------ MATERIAL TO PROCESS ------

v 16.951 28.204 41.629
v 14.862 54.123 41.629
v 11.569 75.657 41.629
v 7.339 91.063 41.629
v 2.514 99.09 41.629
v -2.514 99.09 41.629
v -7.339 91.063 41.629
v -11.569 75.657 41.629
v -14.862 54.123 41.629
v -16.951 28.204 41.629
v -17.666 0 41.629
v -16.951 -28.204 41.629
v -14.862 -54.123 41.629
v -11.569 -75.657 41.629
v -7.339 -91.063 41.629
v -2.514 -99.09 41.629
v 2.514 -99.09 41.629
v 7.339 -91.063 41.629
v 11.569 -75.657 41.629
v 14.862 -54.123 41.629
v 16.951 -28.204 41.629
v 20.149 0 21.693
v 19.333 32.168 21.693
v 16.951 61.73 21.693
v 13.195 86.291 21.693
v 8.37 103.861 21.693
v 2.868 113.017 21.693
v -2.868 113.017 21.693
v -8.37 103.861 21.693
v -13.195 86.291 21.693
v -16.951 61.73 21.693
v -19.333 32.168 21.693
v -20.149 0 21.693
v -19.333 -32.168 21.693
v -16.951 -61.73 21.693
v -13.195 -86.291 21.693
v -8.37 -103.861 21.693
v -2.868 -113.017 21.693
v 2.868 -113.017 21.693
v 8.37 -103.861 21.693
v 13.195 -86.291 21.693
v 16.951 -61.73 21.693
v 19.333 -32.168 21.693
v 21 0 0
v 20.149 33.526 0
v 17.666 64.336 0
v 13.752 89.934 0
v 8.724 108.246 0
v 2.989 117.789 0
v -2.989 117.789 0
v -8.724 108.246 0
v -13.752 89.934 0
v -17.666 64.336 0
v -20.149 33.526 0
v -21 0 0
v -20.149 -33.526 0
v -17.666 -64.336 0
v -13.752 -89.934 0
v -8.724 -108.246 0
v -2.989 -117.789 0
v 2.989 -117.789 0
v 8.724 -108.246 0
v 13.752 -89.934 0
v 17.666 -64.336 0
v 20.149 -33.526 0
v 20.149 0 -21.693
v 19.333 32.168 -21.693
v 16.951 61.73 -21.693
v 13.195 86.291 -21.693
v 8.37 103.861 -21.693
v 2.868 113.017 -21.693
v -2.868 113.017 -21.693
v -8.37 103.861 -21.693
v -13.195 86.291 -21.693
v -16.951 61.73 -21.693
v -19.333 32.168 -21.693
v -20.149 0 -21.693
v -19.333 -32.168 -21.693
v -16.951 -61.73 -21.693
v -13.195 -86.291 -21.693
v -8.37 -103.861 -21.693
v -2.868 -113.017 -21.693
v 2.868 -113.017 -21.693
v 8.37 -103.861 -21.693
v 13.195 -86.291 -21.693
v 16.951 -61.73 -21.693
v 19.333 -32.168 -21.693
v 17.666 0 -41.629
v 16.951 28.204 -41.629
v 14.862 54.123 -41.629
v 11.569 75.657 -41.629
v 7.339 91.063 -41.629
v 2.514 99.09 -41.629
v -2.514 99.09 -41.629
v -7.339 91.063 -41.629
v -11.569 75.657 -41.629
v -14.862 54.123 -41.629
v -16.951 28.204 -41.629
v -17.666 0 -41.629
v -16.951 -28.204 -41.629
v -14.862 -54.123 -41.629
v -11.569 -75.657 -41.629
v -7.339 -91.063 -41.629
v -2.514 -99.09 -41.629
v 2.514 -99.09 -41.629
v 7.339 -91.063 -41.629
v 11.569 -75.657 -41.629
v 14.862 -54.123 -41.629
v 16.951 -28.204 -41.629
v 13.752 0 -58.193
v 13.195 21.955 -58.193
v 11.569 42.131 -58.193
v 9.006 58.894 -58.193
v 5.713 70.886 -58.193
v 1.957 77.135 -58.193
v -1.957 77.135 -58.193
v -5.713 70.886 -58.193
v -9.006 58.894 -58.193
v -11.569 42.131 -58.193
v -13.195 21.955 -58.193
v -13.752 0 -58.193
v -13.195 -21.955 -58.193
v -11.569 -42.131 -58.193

------

→ WHAT IS REQUIRED
An exact copy of the entire material is required.

→ WRITTEN RESPONSE
v 16.951 28.204 41.629
v 14.862 54.123 41.629
v 11.569 75.657 41.629
v 7.339 91.063 41.629
v 2.514 99.09 41.629
v -2.514 99.09 41.629
v -7.339 91.063 41.629
v -11.569 75.657 41.629
v -14.862 54.123 41.629
v -16.951 28.204 41.629
v -17.666 0 41.629
v -16.951 -28.204 41.629
v -14.862 -54.123 41.629
v -11.569 -75.657 41.629
v -7.339 -91.063 41.629
v -2.514 -99.09 41.629
v 2.514 -99.09 41.629
v 7.339 -91.063 41.629
v 11.569 -75.657 41.629
v 14.862 -54.123 41.629
v 16.951 -28.204 41.629
v 20.149 0 21.693
v 19.333 32.168 21.693
v 16.951 61.73 21.693
v 13.195 86.291 21.693
v 8.37 103.861 21.693
v 2.868 113.017 21.693
v -2.868 113.017 21.693
v -8.37 103.861 21.693
v -13.195 86.291 21.693
v -16.951 61.73 21.693
v -19.333 32.168 21.693
v -20.149 0 21.693
v -19.333 -32.168 21.693
v -16.951 -61.73 21.693
v -13.195 -86.291 21.693
v -8.37 -103.861 21.693
v -2.868 -113.017 21.693
v 2.868 -113.017 21.693
v 8.37 -103.861 21.693
v 13.195 -86.291 21.693
v 16.951 -61.73 21.693
v 19.333 -32.168 21.693
v 21 0 0
v 20.149 33.526 0
v 17.666 64.336 0
v 13.752 89.934 0
v 8.724 108.246 0
v 2.989 117.789 0
v -2.989 117.789 0
v -8.724 108.246 0
v -13.752 89.934 0
v -17.666 64.336 0
v -20.149 33.526 0
v -21 0 0
v -20.149 -33.526 0
v -17.666 -64.336 0
v -13.752 -89.934 0
v -8.724 -108.246 0
v -2.989 -117.789 0
v 2.989 -117.789 0
v 8.724 -108.246 0
v 13.752 -89.934 0
v 17.666 -64.336 0
v 20.149 -33.526 0
v 20.149 0 -21.693
v 19.333 32.168 -21.693
v 16.951 61.73 -21.693
v 13.195 86.291 -21.693
v 8.37 103.861 -21.693
v 2.868 113.017 -21.693
v -2.868 113.017 -21.693
v -8.37 103.861 -21.693
v -13.195 86.291 -21.693
v -16.951 61.73 -21.693
v -19.333 32.168 -21.693
v -20.149 0 -21.693
v -19.333 -32.168 -21.693
v -16.951 -61.73 -21.693
v -13.195 -86.291 -21.693
v -8.37 -103.861 -21.693
v -2.868 -113.017 -21.693
v 2.868 -113.017 -21.693
v 8.37 -103.861 -21.693
v 13.195 -86.291 -21.693
v 16.951 -61.73 -21.693
v 19.333 -32.168 -21.693
v 17.666 0 -41.629
v 16.951 28.204 -41.629
v 14.862 54.123 -41.629
v 11.569 75.657 -41.629
v 7.339 91.063 -41.629
v 2.514 99.09 -41.629
v -2.514 99.09 -41.629
v -7.339 91.063 -41.629
v -11.569 75.657 -41.629
v -14.862 54.123 -41.629
v -16.951 28.204 -41.629
v -17.666 0 -41.629
v -16.951 -28.204 -41.629
v -14.862 -54.123 -41.629
v -11.569 -75.657 -41.629
v -7.339 -91.063 -41.629
v -2.514 -99.09 -41.629
v 2.514 -99.09 -41.629
v 7.339 -91.063 -41.629
v 11.569 -75.657 -41.629
v 14.862 -54.123 -41.629
v 16.951 -28.204 -41.629
v 13.752 0 -58.193
v 13.195 21.955 -58.193
v 11.569 42.131 -58.193
v 9.006 58.894 -58.193
v 5.713 70.886 -58.193
v 1.957 77.135 -58.193
v -1.957 77.135 -58.193
v -5.713 70.886 -58.193
v -9.006 58.894 -58.193
v -11.569 42.131 -58.193
v -13.195 21.955 -58.193
v -13.752 0 -58.193
v -13.195 -21.955 -58.193
v -11.569 -42.131 -58.193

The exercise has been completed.